[[ Exercise input, beginning ]]
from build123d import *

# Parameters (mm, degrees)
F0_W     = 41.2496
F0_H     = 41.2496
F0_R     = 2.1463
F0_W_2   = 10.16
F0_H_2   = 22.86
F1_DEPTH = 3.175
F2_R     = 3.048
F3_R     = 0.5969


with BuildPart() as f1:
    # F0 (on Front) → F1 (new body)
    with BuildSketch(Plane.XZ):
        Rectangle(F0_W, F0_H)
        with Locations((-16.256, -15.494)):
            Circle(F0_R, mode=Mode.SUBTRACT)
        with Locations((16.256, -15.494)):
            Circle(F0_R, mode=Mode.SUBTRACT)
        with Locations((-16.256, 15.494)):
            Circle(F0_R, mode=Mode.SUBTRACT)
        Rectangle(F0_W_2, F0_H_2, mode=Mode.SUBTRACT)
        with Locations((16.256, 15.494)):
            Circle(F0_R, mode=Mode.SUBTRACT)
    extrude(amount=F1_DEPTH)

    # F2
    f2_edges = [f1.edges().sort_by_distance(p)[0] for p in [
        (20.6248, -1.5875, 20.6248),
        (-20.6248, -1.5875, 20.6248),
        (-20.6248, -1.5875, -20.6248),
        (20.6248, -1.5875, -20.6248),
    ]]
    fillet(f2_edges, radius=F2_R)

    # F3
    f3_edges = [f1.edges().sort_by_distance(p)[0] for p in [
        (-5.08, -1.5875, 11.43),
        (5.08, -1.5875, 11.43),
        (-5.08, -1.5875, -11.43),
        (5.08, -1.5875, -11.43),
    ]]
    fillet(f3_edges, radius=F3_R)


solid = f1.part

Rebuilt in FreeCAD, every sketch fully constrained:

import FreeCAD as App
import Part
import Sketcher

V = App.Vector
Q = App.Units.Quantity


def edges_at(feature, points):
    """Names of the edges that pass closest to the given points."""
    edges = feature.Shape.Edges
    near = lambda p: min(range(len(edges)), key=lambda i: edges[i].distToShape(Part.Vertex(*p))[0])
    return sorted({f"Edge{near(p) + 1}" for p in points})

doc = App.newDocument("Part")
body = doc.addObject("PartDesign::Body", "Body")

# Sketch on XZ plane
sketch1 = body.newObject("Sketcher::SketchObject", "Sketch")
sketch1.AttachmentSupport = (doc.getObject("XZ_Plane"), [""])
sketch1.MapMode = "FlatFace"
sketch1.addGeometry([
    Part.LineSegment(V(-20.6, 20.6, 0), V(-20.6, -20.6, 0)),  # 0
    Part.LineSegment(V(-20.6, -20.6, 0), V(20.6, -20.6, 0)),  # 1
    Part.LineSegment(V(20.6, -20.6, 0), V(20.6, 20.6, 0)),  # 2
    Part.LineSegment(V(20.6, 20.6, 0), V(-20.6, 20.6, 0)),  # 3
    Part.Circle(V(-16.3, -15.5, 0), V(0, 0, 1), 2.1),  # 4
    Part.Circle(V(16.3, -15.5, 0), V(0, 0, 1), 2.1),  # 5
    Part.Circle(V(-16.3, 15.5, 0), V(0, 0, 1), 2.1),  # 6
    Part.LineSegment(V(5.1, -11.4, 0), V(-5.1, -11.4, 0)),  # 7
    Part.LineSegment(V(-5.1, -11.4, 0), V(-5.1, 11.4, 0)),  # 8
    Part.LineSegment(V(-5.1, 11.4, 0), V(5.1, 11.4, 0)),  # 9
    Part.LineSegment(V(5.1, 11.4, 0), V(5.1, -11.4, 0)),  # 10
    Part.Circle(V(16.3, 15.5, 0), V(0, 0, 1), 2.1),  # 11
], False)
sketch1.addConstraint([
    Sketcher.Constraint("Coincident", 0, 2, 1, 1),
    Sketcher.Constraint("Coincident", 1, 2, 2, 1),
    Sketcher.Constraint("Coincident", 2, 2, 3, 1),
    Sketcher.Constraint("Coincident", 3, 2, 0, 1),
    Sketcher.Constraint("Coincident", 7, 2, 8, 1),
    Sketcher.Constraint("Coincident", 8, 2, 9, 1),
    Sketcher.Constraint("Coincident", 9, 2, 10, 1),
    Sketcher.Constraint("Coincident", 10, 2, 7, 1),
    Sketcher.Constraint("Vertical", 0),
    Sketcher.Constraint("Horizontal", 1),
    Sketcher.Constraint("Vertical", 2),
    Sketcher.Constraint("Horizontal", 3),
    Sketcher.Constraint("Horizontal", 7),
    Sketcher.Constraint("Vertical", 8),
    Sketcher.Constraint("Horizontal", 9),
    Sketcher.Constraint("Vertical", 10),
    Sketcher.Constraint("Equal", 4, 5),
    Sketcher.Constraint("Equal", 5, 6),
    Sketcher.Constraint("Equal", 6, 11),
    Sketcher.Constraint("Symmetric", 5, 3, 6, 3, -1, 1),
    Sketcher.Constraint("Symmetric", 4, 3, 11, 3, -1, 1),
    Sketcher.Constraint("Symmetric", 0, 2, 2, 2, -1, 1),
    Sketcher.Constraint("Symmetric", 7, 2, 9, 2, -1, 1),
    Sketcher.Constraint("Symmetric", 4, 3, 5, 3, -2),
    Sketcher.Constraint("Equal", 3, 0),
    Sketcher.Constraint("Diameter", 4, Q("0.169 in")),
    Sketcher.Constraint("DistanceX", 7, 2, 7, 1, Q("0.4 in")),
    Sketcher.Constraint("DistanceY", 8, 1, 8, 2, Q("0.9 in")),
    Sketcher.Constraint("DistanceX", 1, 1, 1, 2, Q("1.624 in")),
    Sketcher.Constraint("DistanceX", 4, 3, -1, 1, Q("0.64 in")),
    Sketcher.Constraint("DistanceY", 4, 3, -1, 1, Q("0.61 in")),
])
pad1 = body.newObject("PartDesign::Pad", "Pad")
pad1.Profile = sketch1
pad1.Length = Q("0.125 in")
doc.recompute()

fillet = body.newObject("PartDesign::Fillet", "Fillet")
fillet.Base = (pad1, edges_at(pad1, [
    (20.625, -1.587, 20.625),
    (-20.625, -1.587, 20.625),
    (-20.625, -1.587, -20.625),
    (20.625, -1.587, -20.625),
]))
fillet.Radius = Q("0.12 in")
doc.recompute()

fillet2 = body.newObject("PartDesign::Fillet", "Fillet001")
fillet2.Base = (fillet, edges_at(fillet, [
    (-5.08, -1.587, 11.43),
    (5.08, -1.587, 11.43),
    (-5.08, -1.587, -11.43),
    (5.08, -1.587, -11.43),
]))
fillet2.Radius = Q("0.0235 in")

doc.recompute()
[[ Exercise input, end ]]
[[ Exercise input, beginning ]]
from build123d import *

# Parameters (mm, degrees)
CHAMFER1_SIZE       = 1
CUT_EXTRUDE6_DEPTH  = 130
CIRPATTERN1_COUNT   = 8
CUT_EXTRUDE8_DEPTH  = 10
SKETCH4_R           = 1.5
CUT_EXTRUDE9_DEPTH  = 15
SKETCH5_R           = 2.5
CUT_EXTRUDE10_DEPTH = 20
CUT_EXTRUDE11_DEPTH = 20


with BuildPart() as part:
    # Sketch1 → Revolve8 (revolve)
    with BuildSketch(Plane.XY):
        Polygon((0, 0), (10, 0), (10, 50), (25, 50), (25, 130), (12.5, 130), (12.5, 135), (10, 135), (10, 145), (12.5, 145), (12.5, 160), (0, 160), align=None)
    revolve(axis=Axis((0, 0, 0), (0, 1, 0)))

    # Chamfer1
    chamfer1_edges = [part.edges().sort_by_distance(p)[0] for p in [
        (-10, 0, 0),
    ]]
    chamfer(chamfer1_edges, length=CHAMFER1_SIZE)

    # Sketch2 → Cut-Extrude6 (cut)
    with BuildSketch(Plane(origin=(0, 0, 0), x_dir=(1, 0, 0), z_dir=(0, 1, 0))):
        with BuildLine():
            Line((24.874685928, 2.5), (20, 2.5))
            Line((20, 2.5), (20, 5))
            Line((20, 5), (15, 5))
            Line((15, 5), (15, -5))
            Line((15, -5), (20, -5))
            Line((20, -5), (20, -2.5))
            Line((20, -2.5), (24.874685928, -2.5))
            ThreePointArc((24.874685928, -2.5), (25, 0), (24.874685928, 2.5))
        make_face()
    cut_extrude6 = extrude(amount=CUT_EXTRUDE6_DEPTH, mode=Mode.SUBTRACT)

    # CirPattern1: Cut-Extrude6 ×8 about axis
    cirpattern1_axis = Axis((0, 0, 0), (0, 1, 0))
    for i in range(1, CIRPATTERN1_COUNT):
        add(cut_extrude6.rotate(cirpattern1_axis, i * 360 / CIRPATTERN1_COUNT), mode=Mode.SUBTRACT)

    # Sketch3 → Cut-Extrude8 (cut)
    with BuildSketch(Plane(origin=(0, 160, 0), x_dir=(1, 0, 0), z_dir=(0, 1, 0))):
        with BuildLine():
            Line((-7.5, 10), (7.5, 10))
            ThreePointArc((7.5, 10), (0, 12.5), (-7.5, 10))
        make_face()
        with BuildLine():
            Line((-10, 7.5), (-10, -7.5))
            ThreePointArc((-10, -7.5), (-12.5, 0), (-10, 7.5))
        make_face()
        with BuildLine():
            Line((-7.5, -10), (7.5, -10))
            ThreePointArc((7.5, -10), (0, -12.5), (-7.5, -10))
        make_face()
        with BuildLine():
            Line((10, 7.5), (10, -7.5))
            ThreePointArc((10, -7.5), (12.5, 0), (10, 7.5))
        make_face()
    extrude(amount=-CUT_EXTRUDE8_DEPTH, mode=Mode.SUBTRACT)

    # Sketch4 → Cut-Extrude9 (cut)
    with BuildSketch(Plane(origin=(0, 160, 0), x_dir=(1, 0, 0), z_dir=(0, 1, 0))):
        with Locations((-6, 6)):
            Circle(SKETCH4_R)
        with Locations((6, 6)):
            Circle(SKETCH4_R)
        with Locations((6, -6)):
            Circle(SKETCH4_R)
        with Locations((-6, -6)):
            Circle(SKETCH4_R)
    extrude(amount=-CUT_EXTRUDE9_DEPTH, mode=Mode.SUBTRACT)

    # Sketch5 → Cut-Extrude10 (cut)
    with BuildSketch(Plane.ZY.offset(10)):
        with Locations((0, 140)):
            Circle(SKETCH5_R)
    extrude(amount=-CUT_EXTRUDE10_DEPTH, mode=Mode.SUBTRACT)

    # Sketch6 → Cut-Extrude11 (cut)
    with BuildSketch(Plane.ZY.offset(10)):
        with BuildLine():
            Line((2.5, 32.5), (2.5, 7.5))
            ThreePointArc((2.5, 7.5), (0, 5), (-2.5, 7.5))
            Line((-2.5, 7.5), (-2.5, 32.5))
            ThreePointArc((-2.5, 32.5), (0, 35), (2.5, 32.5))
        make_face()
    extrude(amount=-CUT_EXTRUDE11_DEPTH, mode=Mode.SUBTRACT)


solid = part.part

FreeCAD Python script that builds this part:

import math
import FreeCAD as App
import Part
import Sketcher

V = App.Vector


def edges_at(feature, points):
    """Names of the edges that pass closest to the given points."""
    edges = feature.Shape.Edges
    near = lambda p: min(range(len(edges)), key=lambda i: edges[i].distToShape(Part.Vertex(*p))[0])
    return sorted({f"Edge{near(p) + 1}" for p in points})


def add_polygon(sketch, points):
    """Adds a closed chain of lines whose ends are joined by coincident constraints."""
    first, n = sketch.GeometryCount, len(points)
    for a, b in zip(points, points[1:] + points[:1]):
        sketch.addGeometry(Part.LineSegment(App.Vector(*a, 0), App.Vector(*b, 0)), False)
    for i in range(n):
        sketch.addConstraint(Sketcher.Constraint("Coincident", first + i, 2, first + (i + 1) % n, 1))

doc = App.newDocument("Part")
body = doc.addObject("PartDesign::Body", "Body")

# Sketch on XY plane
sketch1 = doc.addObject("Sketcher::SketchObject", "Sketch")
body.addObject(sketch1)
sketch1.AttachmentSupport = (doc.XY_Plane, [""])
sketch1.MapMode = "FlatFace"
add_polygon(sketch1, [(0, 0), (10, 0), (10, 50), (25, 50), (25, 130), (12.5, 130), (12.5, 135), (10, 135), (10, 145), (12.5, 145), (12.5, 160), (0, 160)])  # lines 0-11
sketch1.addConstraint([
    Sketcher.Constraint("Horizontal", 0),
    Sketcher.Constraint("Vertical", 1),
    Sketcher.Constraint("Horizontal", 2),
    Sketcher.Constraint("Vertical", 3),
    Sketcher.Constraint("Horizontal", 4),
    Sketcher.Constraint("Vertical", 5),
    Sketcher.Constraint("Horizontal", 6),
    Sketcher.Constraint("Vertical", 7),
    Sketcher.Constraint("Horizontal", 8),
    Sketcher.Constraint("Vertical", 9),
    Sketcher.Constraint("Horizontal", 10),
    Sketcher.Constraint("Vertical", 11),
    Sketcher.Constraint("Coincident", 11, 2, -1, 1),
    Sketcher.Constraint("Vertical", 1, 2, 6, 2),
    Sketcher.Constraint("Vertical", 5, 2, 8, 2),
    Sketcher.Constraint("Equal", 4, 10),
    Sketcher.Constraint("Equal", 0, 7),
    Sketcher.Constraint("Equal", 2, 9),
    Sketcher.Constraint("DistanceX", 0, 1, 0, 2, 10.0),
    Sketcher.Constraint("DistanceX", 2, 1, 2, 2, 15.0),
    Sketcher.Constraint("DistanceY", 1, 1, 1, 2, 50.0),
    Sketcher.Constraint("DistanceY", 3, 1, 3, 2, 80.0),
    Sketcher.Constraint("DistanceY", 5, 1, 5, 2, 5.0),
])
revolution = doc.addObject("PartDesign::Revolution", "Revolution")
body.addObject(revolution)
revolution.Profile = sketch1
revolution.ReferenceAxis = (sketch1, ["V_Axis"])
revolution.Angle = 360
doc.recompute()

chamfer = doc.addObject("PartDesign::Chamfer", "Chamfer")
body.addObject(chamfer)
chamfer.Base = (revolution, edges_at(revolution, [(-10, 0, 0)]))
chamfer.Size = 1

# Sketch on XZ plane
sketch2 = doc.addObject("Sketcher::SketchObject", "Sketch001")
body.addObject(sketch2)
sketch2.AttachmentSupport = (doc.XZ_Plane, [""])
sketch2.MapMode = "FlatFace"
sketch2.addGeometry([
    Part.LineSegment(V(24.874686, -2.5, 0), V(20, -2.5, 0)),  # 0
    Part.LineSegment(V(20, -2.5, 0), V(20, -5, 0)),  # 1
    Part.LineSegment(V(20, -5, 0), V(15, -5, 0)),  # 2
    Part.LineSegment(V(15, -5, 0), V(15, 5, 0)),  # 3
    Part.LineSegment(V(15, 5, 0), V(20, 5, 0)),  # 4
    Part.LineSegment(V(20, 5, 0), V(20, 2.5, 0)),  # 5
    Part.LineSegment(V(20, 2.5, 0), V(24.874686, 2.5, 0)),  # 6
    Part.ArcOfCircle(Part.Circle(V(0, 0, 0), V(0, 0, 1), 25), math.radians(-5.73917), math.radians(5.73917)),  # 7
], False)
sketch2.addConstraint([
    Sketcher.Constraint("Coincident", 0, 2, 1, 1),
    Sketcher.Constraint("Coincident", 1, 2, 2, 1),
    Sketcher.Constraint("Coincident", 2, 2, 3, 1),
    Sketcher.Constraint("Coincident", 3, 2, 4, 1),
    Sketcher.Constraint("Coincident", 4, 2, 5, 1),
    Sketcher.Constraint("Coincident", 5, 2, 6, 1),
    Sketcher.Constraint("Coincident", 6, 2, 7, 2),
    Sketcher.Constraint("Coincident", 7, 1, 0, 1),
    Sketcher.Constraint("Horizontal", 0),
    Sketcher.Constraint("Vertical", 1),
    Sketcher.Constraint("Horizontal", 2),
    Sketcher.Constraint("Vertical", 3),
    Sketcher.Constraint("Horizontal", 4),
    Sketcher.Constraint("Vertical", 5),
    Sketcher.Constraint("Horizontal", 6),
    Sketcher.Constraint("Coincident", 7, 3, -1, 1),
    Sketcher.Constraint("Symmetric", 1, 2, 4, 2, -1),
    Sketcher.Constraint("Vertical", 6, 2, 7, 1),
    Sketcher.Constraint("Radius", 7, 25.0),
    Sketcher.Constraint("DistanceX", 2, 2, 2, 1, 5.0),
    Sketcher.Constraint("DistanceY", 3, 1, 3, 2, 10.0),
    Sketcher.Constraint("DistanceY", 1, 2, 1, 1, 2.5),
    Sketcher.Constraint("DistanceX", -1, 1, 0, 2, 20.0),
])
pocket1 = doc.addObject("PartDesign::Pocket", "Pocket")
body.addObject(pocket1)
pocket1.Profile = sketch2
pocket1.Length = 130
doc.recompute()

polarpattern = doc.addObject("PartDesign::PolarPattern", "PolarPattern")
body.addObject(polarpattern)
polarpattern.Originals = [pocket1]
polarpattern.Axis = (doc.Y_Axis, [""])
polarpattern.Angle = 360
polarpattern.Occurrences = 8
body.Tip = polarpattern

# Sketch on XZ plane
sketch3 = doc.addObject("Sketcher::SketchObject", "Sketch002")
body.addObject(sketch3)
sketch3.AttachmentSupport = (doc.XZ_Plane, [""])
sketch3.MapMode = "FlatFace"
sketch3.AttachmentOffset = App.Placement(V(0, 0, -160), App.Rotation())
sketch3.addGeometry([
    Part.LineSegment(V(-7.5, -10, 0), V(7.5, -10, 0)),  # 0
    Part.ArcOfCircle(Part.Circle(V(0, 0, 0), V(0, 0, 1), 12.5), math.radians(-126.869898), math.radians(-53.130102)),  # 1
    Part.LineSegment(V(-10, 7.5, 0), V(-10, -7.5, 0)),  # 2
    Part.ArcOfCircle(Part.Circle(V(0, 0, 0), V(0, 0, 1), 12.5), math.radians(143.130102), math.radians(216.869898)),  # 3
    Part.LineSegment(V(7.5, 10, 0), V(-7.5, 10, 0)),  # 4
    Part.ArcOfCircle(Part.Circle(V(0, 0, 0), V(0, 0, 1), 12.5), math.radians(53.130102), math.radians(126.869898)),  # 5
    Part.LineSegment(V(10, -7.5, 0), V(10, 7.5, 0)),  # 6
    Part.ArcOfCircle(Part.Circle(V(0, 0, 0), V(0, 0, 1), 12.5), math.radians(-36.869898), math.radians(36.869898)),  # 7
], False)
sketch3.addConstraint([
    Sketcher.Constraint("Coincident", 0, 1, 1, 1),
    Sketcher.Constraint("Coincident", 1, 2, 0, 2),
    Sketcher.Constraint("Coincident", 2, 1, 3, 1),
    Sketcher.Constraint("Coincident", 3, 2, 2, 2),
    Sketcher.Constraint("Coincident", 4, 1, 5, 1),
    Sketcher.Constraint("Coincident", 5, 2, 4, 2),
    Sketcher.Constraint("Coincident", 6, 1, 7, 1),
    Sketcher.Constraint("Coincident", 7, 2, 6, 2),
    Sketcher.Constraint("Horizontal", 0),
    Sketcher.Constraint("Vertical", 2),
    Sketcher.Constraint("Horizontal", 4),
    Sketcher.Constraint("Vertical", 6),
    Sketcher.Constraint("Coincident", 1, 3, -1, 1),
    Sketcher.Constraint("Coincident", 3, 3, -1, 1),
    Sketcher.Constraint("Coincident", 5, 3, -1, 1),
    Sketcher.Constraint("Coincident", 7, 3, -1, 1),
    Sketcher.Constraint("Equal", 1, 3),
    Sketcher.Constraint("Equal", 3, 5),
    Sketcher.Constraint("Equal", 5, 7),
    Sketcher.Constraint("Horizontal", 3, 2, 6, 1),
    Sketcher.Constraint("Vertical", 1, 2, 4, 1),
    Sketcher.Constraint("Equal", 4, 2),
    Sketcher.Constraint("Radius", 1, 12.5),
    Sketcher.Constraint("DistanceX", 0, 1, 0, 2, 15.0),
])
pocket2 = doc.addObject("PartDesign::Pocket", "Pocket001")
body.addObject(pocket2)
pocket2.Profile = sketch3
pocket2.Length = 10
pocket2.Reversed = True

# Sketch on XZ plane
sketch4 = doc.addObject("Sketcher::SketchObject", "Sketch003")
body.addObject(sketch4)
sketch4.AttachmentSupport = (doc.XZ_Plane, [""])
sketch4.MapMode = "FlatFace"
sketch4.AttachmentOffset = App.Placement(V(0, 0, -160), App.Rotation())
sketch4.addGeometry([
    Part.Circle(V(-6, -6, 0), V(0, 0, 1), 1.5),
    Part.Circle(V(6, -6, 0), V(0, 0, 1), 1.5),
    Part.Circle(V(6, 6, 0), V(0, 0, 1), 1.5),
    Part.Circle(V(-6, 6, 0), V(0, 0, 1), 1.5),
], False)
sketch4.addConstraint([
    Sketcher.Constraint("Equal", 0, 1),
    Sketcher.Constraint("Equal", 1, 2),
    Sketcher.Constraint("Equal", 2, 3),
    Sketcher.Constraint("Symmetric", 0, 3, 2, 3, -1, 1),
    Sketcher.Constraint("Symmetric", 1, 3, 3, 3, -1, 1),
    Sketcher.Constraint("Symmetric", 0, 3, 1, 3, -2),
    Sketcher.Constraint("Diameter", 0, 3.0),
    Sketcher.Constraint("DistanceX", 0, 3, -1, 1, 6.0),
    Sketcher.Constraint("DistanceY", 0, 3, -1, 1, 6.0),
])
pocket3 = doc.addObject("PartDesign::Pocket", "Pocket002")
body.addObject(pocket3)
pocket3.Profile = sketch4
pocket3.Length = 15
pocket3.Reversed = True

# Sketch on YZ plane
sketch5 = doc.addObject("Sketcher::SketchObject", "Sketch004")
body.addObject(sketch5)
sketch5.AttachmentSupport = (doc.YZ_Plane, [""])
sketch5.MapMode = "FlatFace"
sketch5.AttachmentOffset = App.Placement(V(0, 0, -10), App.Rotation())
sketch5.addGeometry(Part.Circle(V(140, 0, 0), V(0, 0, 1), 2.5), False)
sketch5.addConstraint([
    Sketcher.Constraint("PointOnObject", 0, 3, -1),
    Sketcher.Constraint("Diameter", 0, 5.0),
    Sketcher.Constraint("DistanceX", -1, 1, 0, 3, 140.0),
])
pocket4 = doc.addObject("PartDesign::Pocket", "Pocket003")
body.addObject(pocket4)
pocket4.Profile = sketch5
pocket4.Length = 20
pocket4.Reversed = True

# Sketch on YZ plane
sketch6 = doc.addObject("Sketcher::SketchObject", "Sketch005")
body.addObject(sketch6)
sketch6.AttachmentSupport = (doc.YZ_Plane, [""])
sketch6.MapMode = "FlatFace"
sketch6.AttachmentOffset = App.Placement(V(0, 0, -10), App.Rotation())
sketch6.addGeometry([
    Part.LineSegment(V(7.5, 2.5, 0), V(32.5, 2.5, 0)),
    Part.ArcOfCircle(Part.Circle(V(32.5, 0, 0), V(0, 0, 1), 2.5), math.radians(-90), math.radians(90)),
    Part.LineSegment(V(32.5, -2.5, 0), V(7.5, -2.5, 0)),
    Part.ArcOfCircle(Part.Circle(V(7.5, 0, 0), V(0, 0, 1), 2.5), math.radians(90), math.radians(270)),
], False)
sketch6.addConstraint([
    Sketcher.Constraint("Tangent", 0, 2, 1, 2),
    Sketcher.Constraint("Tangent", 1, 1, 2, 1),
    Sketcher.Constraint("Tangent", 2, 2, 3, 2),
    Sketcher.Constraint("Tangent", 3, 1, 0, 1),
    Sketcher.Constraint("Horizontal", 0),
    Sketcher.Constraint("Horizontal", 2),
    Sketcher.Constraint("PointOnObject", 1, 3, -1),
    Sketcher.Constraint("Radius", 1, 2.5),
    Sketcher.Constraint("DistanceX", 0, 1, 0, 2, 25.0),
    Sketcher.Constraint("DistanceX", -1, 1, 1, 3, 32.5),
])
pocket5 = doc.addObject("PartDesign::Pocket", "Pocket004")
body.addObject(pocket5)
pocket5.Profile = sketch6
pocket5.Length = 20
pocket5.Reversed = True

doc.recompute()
[[ Exercise input, end ]]
Task description:
Would you copy, unchanged, the stretch of the records above that begins at the line containing "# Sketch6 → Cut-Extrude11 (cut)" and ends at the line containing "FreeCAD Python script", and only that?

Result:
    # Sketch6 → Cut-Extrude11 (cut)
    with BuildSketch(Plane.ZY.offset(10)):
        with BuildLine():
            Line((2.5, 32.5), (2.5, 7.5))
            ThreePointArc((2.5, 7.5), (0, 5), (-2.5, 7.5))
            Line((-2.5, 7.5), (-2.5, 32.5))
            ThreePointArc((-2.5, 32.5), (0, 35), (2.5, 32.5))
        make_face()
    extrude(amount=-CUT_EXTRUDE11_DEPTH, mode=Mode.SUBTRACT)


solid = part.part

FreeCAD Python script that builds this part:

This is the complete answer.